27I find that the Registrar has not established on a balance of probabilities that the appellant’s mental health condition is likely to significantly interfere with her ability to drive a motor vehicle. I agree with the Registrar that the CCMTA Standard, chapter 14.6.1 is reasonable and relevant to the appellant, and I have considered it here. In my view she satisfies the requirements of 14.6.1. The appellant has insight into her illness and she testifies her medical team have told her she is fit to drive although they are not willing document that opinion. her stable and fit.
28The appellant has not met the Registrar’s requirement for a period of six months stability. While it is hard to be sure exactly how long the appellant has been stable, on a balance of probabilities I find that the appellant has been stable for approximately 5 months. The Ministry has a policy that six months are required if there have been two hospitalizations. The Ministry is entitled to formulate its own internal policies, and it may be that in many cases a person who has been hospitalized twice in one year requires a six-month period of stability.
29However, I also agree with the appellant that each case must be judged on its own merits. In any event I further agree that her hospitalizations should be regarded as one as they were close together and the second was really driven by the same underlying cause as the first—the appellant was eventually electively discharged May 19, 2022 on appropriate medication with appropriate out-patient follow up. In this case I am not satisfied on the evidence before me that the appellant’s mental health condition is likely to significantly interfere with her ability to drive safely.

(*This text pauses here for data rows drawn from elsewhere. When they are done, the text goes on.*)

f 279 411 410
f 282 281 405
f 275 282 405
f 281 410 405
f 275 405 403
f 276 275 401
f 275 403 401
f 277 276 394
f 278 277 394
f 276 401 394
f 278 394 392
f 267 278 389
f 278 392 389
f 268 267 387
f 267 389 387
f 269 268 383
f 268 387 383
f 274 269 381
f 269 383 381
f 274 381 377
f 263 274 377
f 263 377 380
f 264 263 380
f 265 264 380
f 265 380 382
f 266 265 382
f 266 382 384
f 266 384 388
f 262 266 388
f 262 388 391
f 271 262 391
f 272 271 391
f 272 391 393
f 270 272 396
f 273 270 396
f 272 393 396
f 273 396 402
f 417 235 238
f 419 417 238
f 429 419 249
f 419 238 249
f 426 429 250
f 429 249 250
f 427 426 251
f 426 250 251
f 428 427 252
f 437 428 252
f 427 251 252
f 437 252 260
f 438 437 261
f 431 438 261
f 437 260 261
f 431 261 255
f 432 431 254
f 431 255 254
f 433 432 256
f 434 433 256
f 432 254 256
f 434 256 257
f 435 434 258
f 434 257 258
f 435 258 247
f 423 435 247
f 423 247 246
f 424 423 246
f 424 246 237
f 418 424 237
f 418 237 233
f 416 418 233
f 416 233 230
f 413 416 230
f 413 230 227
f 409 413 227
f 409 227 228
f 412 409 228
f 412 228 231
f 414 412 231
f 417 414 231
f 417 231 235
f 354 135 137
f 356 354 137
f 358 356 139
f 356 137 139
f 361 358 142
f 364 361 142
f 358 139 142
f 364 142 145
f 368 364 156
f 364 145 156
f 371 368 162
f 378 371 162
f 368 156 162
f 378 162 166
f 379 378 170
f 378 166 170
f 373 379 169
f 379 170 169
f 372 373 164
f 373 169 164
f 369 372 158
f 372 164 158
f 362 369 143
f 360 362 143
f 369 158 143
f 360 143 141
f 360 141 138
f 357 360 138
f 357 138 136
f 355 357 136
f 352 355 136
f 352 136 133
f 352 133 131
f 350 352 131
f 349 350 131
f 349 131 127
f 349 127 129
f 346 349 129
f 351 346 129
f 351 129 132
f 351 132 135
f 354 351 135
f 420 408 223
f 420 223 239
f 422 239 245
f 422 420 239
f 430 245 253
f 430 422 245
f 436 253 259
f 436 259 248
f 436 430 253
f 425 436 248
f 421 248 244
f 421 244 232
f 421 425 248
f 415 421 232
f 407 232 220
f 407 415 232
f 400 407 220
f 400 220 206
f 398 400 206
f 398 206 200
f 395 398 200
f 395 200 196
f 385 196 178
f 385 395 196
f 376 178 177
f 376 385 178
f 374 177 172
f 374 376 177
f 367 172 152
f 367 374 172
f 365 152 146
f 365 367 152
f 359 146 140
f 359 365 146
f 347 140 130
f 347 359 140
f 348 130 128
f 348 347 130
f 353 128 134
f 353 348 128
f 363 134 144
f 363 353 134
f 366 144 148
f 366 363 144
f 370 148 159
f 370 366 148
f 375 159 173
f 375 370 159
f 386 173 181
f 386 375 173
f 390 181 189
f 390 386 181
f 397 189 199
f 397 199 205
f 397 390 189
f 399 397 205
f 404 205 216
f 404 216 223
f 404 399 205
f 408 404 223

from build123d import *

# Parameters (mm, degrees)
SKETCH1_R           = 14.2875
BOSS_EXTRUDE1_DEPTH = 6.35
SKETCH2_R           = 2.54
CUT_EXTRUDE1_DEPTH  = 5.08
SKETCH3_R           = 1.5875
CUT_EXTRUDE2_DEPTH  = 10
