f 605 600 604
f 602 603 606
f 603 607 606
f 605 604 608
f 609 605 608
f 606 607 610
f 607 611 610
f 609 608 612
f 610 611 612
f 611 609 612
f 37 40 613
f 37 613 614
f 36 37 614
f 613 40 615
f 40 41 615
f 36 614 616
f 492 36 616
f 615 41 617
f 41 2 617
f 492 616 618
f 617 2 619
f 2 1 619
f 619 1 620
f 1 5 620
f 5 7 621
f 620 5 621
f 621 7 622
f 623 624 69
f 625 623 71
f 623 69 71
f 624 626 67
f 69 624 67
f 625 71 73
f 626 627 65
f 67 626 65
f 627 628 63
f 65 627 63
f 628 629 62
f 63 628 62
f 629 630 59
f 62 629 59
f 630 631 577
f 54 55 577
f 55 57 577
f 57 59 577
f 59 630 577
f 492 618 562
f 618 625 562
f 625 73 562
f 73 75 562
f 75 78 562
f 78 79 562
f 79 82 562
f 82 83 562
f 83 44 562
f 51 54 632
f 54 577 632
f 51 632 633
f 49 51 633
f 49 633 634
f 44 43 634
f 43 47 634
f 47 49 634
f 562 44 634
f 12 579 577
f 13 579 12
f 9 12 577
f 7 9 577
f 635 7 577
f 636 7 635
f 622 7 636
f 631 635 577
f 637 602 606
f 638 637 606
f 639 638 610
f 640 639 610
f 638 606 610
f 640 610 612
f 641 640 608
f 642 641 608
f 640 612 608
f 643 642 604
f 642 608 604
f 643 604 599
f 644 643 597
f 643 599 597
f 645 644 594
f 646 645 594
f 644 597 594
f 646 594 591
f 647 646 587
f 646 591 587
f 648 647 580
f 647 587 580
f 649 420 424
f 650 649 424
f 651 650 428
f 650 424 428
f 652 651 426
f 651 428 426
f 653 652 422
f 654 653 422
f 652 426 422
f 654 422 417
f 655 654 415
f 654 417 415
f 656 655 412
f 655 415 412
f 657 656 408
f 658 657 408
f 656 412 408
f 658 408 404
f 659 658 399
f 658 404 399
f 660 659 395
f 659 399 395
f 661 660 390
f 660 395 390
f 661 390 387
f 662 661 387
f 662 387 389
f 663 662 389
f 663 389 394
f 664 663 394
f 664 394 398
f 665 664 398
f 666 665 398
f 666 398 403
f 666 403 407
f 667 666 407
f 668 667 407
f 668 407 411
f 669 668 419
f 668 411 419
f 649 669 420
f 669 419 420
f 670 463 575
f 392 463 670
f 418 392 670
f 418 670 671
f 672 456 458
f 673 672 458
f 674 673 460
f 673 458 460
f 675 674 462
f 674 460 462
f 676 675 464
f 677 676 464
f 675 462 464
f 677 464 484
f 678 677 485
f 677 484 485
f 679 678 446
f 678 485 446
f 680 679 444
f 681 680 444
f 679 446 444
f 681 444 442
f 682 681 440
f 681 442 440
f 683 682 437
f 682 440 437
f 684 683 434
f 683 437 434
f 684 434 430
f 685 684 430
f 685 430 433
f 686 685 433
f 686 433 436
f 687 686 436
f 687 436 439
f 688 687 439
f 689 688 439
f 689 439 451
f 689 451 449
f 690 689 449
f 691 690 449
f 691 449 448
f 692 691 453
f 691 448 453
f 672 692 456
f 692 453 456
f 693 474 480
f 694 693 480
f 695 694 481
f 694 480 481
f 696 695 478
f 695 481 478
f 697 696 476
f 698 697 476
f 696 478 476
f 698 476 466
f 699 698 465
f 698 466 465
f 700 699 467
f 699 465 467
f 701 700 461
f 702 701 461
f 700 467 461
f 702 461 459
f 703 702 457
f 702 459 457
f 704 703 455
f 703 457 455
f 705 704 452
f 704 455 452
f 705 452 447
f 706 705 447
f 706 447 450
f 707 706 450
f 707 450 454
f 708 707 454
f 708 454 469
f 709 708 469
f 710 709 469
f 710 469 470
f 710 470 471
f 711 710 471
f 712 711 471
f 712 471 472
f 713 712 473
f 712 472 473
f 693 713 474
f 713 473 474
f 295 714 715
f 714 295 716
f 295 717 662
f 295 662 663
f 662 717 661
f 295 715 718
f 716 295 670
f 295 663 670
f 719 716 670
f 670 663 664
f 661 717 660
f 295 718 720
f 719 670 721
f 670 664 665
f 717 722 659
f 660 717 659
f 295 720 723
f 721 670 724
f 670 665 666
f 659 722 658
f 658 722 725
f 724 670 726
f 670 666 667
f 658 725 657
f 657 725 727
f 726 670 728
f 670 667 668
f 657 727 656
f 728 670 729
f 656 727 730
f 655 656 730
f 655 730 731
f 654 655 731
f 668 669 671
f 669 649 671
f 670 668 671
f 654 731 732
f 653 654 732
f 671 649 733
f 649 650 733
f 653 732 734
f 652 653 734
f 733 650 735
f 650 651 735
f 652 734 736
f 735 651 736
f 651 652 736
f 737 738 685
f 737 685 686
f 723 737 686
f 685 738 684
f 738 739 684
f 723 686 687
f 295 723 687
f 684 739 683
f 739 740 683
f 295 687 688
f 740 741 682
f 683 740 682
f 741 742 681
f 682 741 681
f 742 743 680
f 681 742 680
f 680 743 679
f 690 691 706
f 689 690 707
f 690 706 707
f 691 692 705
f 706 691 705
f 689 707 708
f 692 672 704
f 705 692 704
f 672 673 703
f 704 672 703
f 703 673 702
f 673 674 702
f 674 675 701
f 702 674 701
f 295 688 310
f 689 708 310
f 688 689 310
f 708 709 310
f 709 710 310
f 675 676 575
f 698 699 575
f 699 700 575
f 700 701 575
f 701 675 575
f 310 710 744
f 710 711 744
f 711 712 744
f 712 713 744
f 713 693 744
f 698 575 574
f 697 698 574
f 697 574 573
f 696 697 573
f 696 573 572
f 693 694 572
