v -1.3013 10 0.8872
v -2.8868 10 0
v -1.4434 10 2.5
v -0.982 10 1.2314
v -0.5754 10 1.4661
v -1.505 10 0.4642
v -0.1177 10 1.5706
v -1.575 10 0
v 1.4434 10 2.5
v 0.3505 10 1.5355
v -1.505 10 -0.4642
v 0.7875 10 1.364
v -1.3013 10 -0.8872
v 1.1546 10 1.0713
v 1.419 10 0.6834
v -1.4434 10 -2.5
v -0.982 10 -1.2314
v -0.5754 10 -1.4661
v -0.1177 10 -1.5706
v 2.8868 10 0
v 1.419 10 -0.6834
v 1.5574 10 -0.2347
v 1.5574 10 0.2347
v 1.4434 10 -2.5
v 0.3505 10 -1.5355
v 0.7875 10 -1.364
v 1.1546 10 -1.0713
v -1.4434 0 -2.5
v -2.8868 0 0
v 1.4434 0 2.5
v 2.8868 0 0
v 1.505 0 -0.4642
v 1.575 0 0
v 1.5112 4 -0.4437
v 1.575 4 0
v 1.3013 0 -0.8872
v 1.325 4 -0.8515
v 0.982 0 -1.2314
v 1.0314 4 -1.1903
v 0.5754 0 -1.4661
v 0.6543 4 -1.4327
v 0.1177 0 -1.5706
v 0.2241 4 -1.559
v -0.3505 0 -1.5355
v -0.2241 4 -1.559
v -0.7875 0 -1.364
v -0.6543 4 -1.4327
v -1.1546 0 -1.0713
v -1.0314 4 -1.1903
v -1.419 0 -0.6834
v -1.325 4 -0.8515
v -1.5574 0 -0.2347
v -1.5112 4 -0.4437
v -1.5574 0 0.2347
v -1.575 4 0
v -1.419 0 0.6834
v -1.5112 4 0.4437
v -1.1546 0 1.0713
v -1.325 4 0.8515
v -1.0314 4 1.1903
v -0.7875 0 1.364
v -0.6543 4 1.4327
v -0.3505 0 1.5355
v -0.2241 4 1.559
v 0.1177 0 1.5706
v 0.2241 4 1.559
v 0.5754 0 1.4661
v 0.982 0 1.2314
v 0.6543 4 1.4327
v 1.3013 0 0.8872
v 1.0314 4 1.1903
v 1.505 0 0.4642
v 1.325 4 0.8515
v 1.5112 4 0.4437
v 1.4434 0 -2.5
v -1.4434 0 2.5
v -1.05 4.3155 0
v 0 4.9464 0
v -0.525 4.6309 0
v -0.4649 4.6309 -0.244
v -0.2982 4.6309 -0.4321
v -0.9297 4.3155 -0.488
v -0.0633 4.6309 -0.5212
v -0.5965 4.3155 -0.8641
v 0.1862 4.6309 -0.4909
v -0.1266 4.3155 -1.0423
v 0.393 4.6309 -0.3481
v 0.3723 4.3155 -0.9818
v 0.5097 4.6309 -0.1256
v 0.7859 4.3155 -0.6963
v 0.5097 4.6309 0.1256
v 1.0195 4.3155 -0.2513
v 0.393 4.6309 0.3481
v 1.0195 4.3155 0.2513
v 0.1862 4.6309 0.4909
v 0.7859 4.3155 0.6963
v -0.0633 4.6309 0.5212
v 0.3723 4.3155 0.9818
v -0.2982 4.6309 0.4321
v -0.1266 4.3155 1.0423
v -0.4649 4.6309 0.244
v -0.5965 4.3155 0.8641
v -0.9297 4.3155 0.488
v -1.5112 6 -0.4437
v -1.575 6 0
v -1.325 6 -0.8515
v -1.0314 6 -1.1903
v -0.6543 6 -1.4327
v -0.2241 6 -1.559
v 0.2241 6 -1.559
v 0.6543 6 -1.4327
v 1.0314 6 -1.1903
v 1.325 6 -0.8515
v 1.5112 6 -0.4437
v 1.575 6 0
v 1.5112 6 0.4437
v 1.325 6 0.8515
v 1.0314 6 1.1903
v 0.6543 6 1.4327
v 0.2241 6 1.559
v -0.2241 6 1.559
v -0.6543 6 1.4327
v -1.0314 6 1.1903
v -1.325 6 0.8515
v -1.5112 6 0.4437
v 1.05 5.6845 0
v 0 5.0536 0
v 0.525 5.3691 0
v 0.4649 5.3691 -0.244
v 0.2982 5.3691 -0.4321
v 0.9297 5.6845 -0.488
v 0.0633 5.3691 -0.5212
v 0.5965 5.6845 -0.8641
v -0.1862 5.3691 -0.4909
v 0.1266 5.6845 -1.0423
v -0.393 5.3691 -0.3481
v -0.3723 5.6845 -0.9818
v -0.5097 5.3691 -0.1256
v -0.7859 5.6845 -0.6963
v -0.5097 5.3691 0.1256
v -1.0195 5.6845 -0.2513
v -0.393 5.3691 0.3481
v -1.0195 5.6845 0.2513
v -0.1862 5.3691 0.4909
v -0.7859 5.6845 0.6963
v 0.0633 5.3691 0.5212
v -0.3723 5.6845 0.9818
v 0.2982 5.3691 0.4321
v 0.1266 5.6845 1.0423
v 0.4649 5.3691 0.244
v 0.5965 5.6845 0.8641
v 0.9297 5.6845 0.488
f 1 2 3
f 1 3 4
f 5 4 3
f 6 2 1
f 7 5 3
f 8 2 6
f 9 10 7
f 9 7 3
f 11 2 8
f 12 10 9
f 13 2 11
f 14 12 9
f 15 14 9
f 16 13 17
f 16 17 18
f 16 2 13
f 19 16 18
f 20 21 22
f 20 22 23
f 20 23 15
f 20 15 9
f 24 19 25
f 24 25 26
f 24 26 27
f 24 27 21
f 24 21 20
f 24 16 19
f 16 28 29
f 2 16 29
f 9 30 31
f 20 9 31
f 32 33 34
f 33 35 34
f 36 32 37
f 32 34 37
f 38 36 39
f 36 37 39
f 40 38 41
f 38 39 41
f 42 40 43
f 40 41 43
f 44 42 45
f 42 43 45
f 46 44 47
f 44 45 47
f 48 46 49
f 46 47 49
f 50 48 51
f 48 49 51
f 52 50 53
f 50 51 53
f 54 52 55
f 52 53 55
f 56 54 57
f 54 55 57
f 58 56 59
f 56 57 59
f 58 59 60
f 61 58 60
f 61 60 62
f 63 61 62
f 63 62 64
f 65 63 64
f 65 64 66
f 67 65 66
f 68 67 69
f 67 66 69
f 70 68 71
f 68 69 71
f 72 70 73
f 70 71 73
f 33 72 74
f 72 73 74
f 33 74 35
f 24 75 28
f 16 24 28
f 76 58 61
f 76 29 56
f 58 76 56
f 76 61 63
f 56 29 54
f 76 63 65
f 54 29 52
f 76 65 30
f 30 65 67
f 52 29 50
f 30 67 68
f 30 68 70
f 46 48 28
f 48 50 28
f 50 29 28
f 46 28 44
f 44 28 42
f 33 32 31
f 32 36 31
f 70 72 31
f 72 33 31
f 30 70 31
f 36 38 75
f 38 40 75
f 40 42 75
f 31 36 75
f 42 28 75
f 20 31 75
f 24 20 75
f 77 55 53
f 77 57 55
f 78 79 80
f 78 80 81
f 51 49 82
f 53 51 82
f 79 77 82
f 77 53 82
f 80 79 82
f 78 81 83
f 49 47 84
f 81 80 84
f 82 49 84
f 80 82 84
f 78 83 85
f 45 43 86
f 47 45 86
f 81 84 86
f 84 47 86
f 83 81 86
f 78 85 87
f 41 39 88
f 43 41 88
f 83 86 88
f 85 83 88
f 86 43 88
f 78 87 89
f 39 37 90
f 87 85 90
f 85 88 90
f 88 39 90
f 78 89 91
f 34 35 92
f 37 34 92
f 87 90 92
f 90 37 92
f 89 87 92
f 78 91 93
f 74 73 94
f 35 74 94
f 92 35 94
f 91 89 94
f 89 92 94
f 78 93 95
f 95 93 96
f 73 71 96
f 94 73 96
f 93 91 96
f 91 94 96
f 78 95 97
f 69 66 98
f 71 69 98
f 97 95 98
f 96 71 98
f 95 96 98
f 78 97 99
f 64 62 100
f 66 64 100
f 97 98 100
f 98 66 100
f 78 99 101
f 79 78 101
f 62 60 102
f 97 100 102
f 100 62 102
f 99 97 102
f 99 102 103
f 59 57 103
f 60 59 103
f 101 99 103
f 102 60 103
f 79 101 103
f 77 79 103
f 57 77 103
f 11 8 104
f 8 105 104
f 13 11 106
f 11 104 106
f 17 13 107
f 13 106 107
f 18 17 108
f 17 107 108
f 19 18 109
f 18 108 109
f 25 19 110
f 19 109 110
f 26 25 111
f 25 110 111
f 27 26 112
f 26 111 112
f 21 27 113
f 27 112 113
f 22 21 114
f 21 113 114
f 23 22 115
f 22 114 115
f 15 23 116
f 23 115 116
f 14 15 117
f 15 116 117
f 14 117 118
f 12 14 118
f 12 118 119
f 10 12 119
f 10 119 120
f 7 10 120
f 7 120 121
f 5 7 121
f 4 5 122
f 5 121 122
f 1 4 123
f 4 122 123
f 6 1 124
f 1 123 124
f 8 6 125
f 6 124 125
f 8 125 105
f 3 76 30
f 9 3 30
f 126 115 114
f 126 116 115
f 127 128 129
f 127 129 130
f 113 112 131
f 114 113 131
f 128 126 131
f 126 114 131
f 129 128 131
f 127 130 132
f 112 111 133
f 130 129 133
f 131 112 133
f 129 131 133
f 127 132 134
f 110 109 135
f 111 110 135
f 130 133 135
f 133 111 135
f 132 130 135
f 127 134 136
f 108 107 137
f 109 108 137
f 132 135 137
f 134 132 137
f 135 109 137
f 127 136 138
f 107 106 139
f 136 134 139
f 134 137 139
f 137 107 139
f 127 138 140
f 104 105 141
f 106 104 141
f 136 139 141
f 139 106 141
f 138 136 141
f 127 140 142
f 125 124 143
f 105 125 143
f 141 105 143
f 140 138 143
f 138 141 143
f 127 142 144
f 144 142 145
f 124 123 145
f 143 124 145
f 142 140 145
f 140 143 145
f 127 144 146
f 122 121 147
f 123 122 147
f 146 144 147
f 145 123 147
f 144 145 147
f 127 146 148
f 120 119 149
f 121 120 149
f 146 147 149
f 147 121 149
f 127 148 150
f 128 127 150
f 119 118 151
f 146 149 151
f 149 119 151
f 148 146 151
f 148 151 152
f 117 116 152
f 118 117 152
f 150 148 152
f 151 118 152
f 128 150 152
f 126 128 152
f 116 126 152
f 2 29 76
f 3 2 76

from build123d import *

# Parameters (mm, degrees)
EXTRUDE_1_DEPTH         = 10
HOLE_WIZARD_M36_D       = 3.15
HOLE_WIZARD_M36_DEPTH   = 4
HOLE_WIZARD_M36_TIP     = 0.946355475
HOLE_WIZARD_M36_2_D     = 3.15
HOLE_WIZARD_M36_2_DEPTH = 4
HOLE_WIZARD_M36_2_TIP   = 0.946355475


with BuildPart() as part:
    # Эскиз1 → Бобышка-Вытянуть1 (new body)
    with BuildSketch(Plane(origin=(0, 0, 0), x_dir=(1, 0, 0), z_dir=(0, 1, 0))):
        Polygon((2.886751346, 0), (1.443375673, 2.5), (-1.443375673, 2.5), (-2.886751346, 0), (-1.443375673, -2.5), (1.443375673, -2.5), align=None)
    extrude(amount=EXTRUDE_1_DEPTH)

    # Hole Wizard M36
    with Locations(Plane(origin=(0, 10, 0), x_dir=(1, 0, 0), z_dir=(0, 1, 0))):
        with Locations((0, 0)):
            Hole(HOLE_WIZARD_M36_D / 2, depth=HOLE_WIZARD_M36_DEPTH)
            with Locations((0, 0, -(HOLE_WIZARD_M36_DEPTH + HOLE_WIZARD_M36_TIP / 2))):  # 118° drill point
                Cone(0, HOLE_WIZARD_M36_D / 2, HOLE_WIZARD_M36_TIP, mode=Mode.SUBTRACT)

    # Hole Wizard M36 2
    with Locations(Plane(origin=(0, 0, 0), x_dir=(-1, 0, 0), z_dir=(0, -1, 0))):
        with Locations((0, 0)):
            Hole(HOLE_WIZARD_M36_2_D / 2, depth=HOLE_WIZARD_M36_2_DEPTH)
            with Locations((0, 0, -(HOLE_WIZARD_M36_2_DEPTH + HOLE_WIZARD_M36_2_TIP / 2))):  # 118° drill point
                Cone(0, HOLE_WIZARD_M36_2_D / 2, HOLE_WIZARD_M36_2_TIP, mode=Mode.SUBTRACT)


solid = part.part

30I am satisfied that the appellant is receiving appropriate treatment with her follow-up team. With this tight team-based follow up, the appellant will be closely monitored and non-compliance would be noted and reported very quickly. Moreover, the evidence establishes that the appellant has insight into her condition. She voluntarily sought treatment upon feeling unwell and candidly acknowledges that she should not have been driving when she was involved in her pre-diagnosis accident.
E. Order
31For the reasons set out above, pursuant to subsection 50(2) of the HTA, I set aside the Registrar’s decision to suspend the appellant’s Class G Licence.